Before we start with our DIY project, let’s begin win the basics. A smart relay combines the basic functionality of a traditional relay (an electrically operated switch) with added «smart» features, such as:

• Remote Control:
  It can be controlled remotely through wireless communication protocols such as WiFi, Bluetooth, or even through IoT platforms. This means you can switch devices on or off using a smartphone app, voice command (via Alexa or Google Home), or web-based interfaces.
• Automation and Scheduling:
  Integrated with microcontrollers, smart relays can execute pre-programmed schedules or respond to sensor inputs. For example, you can program them to turn lights on at sunset or activate appliances when certain conditions are met.
• Monitoring and Feedback:
  Some smart relays provide feedback on the device’s status, energy consumption, or even potential faults. This feature is especially useful in energy management and preventive maintenance.
• Integration in Smart Home Systems:
  They are often designed to be easily integrated with home automation systems, allowing them to communicate with other smart devices. This helps create coordinated and automated environments where multiple devices work in sync.

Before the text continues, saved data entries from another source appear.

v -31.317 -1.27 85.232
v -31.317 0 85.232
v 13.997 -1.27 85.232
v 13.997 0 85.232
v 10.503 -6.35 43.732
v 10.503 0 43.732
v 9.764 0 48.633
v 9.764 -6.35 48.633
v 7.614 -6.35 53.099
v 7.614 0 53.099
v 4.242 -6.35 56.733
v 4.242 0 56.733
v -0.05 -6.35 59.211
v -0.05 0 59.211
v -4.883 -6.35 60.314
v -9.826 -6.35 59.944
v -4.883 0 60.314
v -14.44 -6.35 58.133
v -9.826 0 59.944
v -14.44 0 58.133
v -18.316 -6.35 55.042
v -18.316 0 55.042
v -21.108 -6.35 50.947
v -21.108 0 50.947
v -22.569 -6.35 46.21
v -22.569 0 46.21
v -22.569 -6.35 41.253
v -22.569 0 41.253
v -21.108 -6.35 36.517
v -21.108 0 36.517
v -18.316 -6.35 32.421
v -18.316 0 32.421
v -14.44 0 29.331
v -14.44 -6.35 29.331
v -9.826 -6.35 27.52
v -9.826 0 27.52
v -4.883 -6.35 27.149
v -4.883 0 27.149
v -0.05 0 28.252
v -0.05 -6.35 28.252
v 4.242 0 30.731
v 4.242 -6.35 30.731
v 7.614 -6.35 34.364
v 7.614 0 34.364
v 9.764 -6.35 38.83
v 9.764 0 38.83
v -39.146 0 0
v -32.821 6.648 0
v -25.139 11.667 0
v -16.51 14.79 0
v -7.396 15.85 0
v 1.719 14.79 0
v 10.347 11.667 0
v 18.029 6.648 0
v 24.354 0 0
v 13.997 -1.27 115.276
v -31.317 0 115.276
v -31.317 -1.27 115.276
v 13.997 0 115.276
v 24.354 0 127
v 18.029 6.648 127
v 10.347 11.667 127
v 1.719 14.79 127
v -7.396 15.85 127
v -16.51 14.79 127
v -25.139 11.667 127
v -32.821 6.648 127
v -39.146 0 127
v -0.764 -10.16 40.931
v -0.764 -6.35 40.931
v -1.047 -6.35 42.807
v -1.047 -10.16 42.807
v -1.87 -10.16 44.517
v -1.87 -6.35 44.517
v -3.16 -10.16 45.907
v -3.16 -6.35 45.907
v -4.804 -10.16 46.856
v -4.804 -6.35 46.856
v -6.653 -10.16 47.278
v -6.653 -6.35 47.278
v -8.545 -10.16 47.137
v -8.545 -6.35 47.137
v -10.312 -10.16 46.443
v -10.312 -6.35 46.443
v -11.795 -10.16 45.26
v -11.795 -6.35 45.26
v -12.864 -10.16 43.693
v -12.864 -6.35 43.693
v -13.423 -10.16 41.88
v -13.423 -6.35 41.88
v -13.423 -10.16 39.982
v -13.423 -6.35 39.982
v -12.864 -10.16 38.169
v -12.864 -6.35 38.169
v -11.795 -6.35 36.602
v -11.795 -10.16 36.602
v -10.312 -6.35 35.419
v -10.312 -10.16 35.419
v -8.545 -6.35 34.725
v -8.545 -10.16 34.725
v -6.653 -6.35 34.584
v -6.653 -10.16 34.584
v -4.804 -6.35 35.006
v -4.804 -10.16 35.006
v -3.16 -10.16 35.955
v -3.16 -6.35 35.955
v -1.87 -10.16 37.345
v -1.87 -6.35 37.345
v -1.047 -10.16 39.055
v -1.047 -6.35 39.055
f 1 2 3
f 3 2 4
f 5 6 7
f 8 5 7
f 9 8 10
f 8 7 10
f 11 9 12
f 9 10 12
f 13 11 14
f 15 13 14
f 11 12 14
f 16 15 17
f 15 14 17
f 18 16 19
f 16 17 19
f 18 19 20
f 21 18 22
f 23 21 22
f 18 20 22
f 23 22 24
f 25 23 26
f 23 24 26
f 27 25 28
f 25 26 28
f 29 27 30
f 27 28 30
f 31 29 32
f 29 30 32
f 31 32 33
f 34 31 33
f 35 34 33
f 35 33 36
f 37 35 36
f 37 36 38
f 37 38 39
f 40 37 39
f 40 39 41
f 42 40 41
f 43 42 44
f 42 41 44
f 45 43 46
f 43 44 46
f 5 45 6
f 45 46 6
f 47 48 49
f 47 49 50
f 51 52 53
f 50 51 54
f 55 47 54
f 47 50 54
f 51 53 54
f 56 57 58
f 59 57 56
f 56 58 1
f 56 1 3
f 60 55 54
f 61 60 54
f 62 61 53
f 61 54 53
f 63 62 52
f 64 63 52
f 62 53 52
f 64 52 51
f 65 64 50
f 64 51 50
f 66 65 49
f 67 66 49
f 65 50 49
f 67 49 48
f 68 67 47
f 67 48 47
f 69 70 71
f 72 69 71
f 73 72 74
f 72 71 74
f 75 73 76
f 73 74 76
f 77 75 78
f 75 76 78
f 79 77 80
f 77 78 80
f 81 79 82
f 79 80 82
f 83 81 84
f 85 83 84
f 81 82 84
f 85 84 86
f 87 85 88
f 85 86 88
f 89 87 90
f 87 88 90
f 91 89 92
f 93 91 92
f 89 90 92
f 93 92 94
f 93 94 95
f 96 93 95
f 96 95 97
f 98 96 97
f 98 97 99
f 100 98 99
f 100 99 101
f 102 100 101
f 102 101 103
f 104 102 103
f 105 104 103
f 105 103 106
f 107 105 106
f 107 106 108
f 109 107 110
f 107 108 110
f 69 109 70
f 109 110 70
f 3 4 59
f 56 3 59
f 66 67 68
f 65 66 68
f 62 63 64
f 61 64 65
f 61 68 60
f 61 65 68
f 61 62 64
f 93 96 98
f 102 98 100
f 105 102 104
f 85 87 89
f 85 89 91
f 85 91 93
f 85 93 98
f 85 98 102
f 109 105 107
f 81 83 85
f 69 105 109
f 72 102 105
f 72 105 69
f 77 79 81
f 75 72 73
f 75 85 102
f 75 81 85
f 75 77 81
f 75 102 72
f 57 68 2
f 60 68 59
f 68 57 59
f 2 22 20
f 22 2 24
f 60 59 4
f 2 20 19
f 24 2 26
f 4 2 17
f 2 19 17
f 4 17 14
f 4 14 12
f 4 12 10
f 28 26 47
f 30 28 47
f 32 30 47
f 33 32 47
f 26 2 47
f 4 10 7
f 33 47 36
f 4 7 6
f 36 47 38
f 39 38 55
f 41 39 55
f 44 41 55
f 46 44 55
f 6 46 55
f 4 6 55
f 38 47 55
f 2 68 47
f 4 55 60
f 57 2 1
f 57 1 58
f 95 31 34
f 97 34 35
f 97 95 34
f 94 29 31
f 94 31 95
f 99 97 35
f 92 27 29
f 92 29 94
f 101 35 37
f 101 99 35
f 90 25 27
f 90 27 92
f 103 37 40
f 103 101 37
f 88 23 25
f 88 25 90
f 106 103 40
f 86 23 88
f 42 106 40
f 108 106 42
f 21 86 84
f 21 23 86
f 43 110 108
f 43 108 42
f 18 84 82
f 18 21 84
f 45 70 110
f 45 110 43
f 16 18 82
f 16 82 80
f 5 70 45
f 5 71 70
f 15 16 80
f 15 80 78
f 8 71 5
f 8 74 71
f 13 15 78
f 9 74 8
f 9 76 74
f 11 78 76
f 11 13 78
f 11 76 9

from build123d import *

# Parameters (mm, degrees)
F1_DEPTH  = 127
F2_R      = 16.6289302691
F3_DEPTH  = 6.35
F4_W      = 2.8006685898
F4_H      = 13.494130224
F4_W_2    = 2.8006681241
F4_H_2    = 14.0033438802
F5_DEPTH  = 2.54
F6_R      = 6.3651576638
F7_DEPTH  = 3.81
F10_W     = 45.3136
F10_H     = 30.0435274839
F11_DEPTH = 1.27


# Not quite as in the source:
# - a feature of the source that left no trace in its solid (it failed there, or was rolled back) is left out


with BuildPart() as f1:
    # F0 (on Top) → F1 (new body)
    with BuildSketch(Plane.XY):
        with BuildLine():
            ThreePointArc((24.3542956412, 0), (-7.3957043588, 15.8499764569), (-39.1457043588, 0))
            Line((-39.1457043588, 0), (24.3542956412, 0))
        make_face()
    extrude(amount=F1_DEPTH)

    # F2 (on face) → F3 (join)
    with BuildSketch(Plane.XZ):
        with Locations((-6.1257043588, 43.7316484749)):
            Circle(F2_R)
    extrude(amount=F3_DEPTH)

    # F4 (on face) → F5 (join)
    with BuildSketch(Plane.XZ.offset(6.35)):
        with Locations((-15.4036753811, 41.3128901273)):
            Rectangle(F4_W, F4_H)
        with Locations((1.4003340621, 41.0582832992)):
            Rectangle(F4_W_2, F4_H_2)
    extrude(amount=-F5_DEPTH)

    # F6 (on face) → F7 (join)
    with BuildSketch(Plane.XZ.offset(6.35)):
        with Locations((-7.1289734915, 40.9309826791)):
            Circle(F6_R)
    extrude(amount=F7_DEPTH)

    # F10 (on face) → F11 (join)
    with BuildSketch(Plane.XZ):
        with Locations((-8.6597625557, 100.2542302012)):
            Rectangle(F10_W, F10_H)
    extrude(amount=F11_DEPTH)


solid = f1.part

1. What you need for this DIY project

Before you begin, make sure you have the following components:

• ESP32 microcontroller board: the heart of the project that processes and transmits data.
• Relay module board: allows you to switch high-power appliances using low-power signals.
• Arduino IDE: your coding environment to write, compile, and upload code.
• Arduino cloud account: For device management and remote control.
• Code: The program that integrates all functionalities.
• (Optional) A combined board (ESP32 + Relay + Power Supply) – available on online stores.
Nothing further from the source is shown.